Based on LMQL's new minimal syntax, we introduce a novel and concise way to write LLM-based lambda functions. This offers a lightweight entryway to get started with integrated small LLM-based utilities in your code, without having to write a full LMQL program.

python
import lmql

summarize = lmql.F("Summarize the following in a few words: {data}: [SUMMARY]")
main_subject = lmql.F("What is the main subject (noun) of the following text? {data}: [SUBJECT]", 
                      "len(TOKENS(SUBJECT)) < 20")

text = "In LMQL, users can specify high-level, logical constraints ..."

summarize(data=text) # LMQL enables high-level constraints to be enforced during text 
                     # generation, simplifying multi-part prompting and integration.
main_subject(data=text) # Language Model Query Language (LMQL)

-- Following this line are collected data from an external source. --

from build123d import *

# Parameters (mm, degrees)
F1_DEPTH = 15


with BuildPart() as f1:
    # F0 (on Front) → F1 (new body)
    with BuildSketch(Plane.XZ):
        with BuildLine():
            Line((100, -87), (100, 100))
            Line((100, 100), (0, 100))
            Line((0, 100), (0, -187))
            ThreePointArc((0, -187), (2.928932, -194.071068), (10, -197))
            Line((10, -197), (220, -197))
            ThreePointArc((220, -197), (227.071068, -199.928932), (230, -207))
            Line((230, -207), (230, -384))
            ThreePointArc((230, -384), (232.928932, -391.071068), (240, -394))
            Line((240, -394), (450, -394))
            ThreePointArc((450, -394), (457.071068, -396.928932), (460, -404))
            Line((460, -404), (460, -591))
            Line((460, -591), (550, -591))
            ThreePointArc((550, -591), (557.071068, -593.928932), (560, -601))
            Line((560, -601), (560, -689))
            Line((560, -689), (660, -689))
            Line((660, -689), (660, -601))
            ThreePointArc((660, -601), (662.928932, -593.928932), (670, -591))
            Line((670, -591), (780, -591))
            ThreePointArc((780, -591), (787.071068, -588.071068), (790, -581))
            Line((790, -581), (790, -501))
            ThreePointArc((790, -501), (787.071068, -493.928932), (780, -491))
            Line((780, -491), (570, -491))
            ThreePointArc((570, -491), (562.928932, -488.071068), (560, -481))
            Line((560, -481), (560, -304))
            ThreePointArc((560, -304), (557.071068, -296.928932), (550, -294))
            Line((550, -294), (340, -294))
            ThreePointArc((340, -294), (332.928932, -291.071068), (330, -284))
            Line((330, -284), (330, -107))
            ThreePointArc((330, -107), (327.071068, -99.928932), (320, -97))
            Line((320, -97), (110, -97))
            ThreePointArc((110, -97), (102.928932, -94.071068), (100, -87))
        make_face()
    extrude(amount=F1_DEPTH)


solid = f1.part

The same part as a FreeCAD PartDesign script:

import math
import FreeCAD as App
import Part
import Sketcher
from FreeCAD import Vector

doc = App.newDocument("Part")
body = doc.addObject("PartDesign::Body", "Body")

# Sketch on XZ plane
sketch1 = doc.addObject("Sketcher::SketchObject", "Sketch")
body.addObject(sketch1)
sketch1.AttachmentSupport = (doc.XZ_Plane, [""])
sketch1.MapMode = "FlatFace"
sketch1.addGeometry([
    Part.LineSegment(Vector(100, -87, 0), Vector(100, 100, 0)),  # 0
    Part.LineSegment(Vector(100, 100, 0), Vector(0, 100, 0)),  # 1
    Part.LineSegment(Vector(0, 100, 0), Vector(0, -187, 0)),  # 2
    Part.ArcOfCircle(Part.Circle(Vector(10, -187, 0), Vector(0, 0, 1), 10), math.radians(180), math.radians(270)),  # 3
    Part.LineSegment(Vector(10, -197, 0), Vector(220, -197, 0)),  # 4
    Part.ArcOfCircle(Part.Circle(Vector(220, -207, 0), Vector(0, 0, 1), 10), math.radians(0), math.radians(90)),  # 5
    Part.LineSegment(Vector(230, -207, 0), Vector(230, -384, 0)),  # 6
    Part.ArcOfCircle(Part.Circle(Vector(240, -384, 0), Vector(0, 0, 1), 10), math.radians(180), math.radians(270)),  # 7
    Part.LineSegment(Vector(240, -394, 0), Vector(450, -394, 0)),  # 8
    Part.ArcOfCircle(Part.Circle(Vector(450, -404, 0), Vector(0, 0, 1), 10), math.radians(0), math.radians(90)),  # 9
    Part.LineSegment(Vector(460, -404, 0), Vector(460, -591, 0)),  # 10
    Part.LineSegment(Vector(460, -591, 0), Vector(550, -591, 0)),  # 11
    Part.ArcOfCircle(Part.Circle(Vector(550, -601, 0), Vector(0, 0, 1), 10), math.radians(0), math.radians(90)),  # 12
    Part.LineSegment(Vector(560, -601, 0), Vector(560, -689, 0)),  # 13
    Part.LineSegment(Vector(560, -689, 0), Vector(660, -689, 0)),  # 14
    Part.LineSegment(Vector(660, -689, 0), Vector(660, -601, 0)),  # 15
    Part.ArcOfCircle(Part.Circle(Vector(670, -601, 0), Vector(0, 0, 1), 10), math.radians(90), math.radians(180)),  # 16
    Part.LineSegment(Vector(670, -591, 0), Vector(780, -591, 0)),  # 17
    Part.ArcOfCircle(Part.Circle(Vector(780, -581, 0), Vector(0, 0, 1), 10), math.radians(-90), math.radians(0)),  # 18
    Part.LineSegment(Vector(790, -581, 0), Vector(790, -501, 0)),  # 19
    Part.ArcOfCircle(Part.Circle(Vector(780, -501, 0), Vector(0, 0, 1), 10), math.radians(0), math.radians(90)),  # 20
    Part.LineSegment(Vector(780, -491, 0), Vector(570, -491, 0)),  # 21
    Part.ArcOfCircle(Part.Circle(Vector(570, -481, 0), Vector(0, 0, 1), 10), math.radians(180), math.radians(270)),  # 22
    Part.LineSegment(Vector(560, -481, 0), Vector(560, -304, 0)),  # 23
    Part.ArcOfCircle(Part.Circle(Vector(550, -304, 0), Vector(0, 0, 1), 10), math.radians(0), math.radians(90)),  # 24
    Part.LineSegment(Vector(550, -294, 0), Vector(340, -294, 0)),  # 25
    Part.ArcOfCircle(Part.Circle(Vector(340, -284, 0), Vector(0, 0, 1), 10), math.radians(180), math.radians(270)),  # 26
    Part.LineSegment(Vector(330, -284, 0), Vector(330, -107, 0)),  # 27
    Part.ArcOfCircle(Part.Circle(Vector(320, -107, 0), Vector(0, 0, 1), 10), math.radians(0), math.radians(90)),  # 28
    Part.LineSegment(Vector(320, -97, 0), Vector(110, -97, 0)),  # 29
    Part.ArcOfCircle(Part.Circle(Vector(110, -87, 0), Vector(0, 0, 1), 10), math.radians(180), math.radians(270)),  # 30
], False)
sketch1.addConstraint([
    Sketcher.Constraint("Coincident", 0, 2, 1, 1),
    Sketcher.Constraint("Coincident", 1, 2, 2, 1),
    Sketcher.Constraint("Tangent", 2, 2, 3, 1),
    Sketcher.Constraint("Tangent", 3, 2, 4, 1),
    Sketcher.Constraint("Tangent", 4, 2, 5, 2),
    Sketcher.Constraint("Tangent", 5, 1, 6, 1),
    Sketcher.Constraint("Tangent", 6, 2, 7, 1),
    Sketcher.Constraint("Tangent", 7, 2, 8, 1),
    Sketcher.Constraint("Tangent", 8, 2, 9, 2),
    Sketcher.Constraint("Tangent", 9, 1, 10, 1),
    Sketcher.Constraint("Coincident", 10, 2, 11, 1),
    Sketcher.Constraint("Tangent", 11, 2, 12, 2),
    Sketcher.Constraint("Tangent", 12, 1, 13, 1),
    Sketcher.Constraint("Coincident", 13, 2, 14, 1),
    Sketcher.Constraint("Coincident", 14, 2, 15, 1),
    Sketcher.Constraint("Tangent", 15, 2, 16, 2),
    Sketcher.Constraint("Tangent", 16, 1, 17, 1),
    Sketcher.Constraint("Tangent", 17, 2, 18, 1),
    Sketcher.Constraint("Tangent", 18, 2, 19, 1),
    Sketcher.Constraint("Tangent", 19, 2, 20, 1),
    Sketcher.Constraint("Tangent", 20, 2, 21, 1),
    Sketcher.Constraint("Tangent", 21, 2, 22, 2),
    Sketcher.Constraint("Tangent", 22, 1, 23, 1),
    Sketcher.Constraint("Tangent", 23, 2, 24, 1),
    Sketcher.Constraint("Tangent", 24, 2, 25, 1),
    Sketcher.Constraint("Tangent", 25, 2, 26, 2),
    Sketcher.Constraint("Tangent", 26, 1, 27, 1),
    Sketcher.Constraint("Tangent", 27, 2, 28, 1),
    Sketcher.Constraint("Tangent", 28, 2, 29, 1),
    Sketcher.Constraint("Tangent", 29, 2, 30, 2),
    Sketcher.Constraint("Tangent", 30, 1, 0, 1),
    Sketcher.Constraint("Vertical", 0),
    Sketcher.Constraint("Horizontal", 1),
    Sketcher.Constraint("Vertical", 2),
    Sketcher.Constraint("Horizontal", 4),
    Sketcher.Constraint("Vertical", 6),
    Sketcher.Constraint("Horizontal", 8),
    Sketcher.Constraint("Vertical", 10),
    Sketcher.Constraint("Horizontal", 11),
    Sketcher.Constraint("Vertical", 13),
    Sketcher.Constraint("Horizontal", 14),
    Sketcher.Constraint("Vertical", 15),
    Sketcher.Constraint("Horizontal", 17),
    Sketcher.Constraint("Vertical", 19),
    Sketcher.Constraint("Horizontal", 21),
    Sketcher.Constraint("Vertical", 23),
    Sketcher.Constraint("Horizontal", 25),
    Sketcher.Constraint("Vertical", 27),
    Sketcher.Constraint("Horizontal", 29),
    Sketcher.Constraint("Equal", 3, 5),
    Sketcher.Constraint("Equal", 5, 7),
    Sketcher.Constraint("Equal", 7, 9),
    Sketcher.Constraint("Equal", 9, 12),
    Sketcher.Constraint("Equal", 12, 16),
    Sketcher.Constraint("Equal", 16, 18),
    Sketcher.Constraint("Equal", 18, 20),
    Sketcher.Constraint("Equal", 20, 22),
    Sketcher.Constraint("Equal", 22, 24),
    Sketcher.Constraint("Equal", 24, 26),
    Sketcher.Constraint("Equal", 26, 28),
    Sketcher.Constraint("Equal", 28, 30),
    Sketcher.Constraint("PointOnObject", 1, 2, -2),
    Sketcher.Constraint("Horizontal", 12, 3, 16, 3),
    Sketcher.Constraint("Vertical", 12, 3, 24, 3),
    Sketcher.Constraint("Equal", 4, 8),
    Sketcher.Constraint("Equal", 1, 14),
    Sketcher.Constraint("Equal", 8, 21),
    Sketcher.Constraint("Equal", 21, 25),
    Sketcher.Constraint("Equal", 25, 29),
    Sketcher.Constraint("Equal", 0, 10),
    Sketcher.Constraint("Equal", 6, 23),
    Sketcher.Constraint("Equal", 23, 27),
    Sketcher.Constraint("Radius", 3, 9.999999),
    Sketcher.Constraint("DistanceX", 1, 2, 1, 1, 100.0),
    Sketcher.Constraint("DistanceX", 4, 1, 4, 2, 210.0),
    Sketcher.Constraint("DistanceY", 0, 1, 0, 2, 187.0),
    Sketcher.Constraint("DistanceY", 2, 2, 2, 1, 287.0),
    Sketcher.Constraint("DistanceY", 6, 2, 6, 1, 177.0),
    Sketcher.Constraint("DistanceY", 13, 2, 13, 1, 88.0),
    Sketcher.Constraint("DistanceY", 3, 3, -1, 1, 187.000001),
])
pad1 = doc.addObject("PartDesign::Pad", "Pad")
body.addObject(pad1)
pad1.Profile = sketch1
pad1.Length = 15

doc.recompute()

llama.cpp Inference Backend

LMQL now also fully integrates with the excellent llama.cpp C++ implementation of a number of Transformer-based language models.

Using llama.cpp from LMQL is as simple as specifying it in the from clause of a query:

argmax "Say 'this is a test':[RESPONSE]" from "llama.cpp:<PATH TO WEIGHTS>.bin"

We support, both, in-process loading of llama.cpp, as well as remote inference via lmql serve-model. To learn more about llama.cpp and how to use it with LMQL, check out the corresponding chapter in the LMQL documentation.


Other Changes

  • LMQL now includes a random model backend, which randomly samples tokens from the GPT-2 vocabulary. This is useful for debugging and testing purposes and can be used for data generation in the context of highly constrained query programs.

  • Two caching issues have been fixed, avoiding cache collisions which could lead to repeated model outputs.

  • More robust query string parsing, allowing for robust escaping of special characters [, ], { and }.

  • Added support for transformers based Llama models and the associated (fast) implementation of HF tokenizers.

  • Simplified Azure OpenAI support, see the relevant chapter in the documentation.

We thank community members @minosvasilias and @CircArgs for their contribution to this release.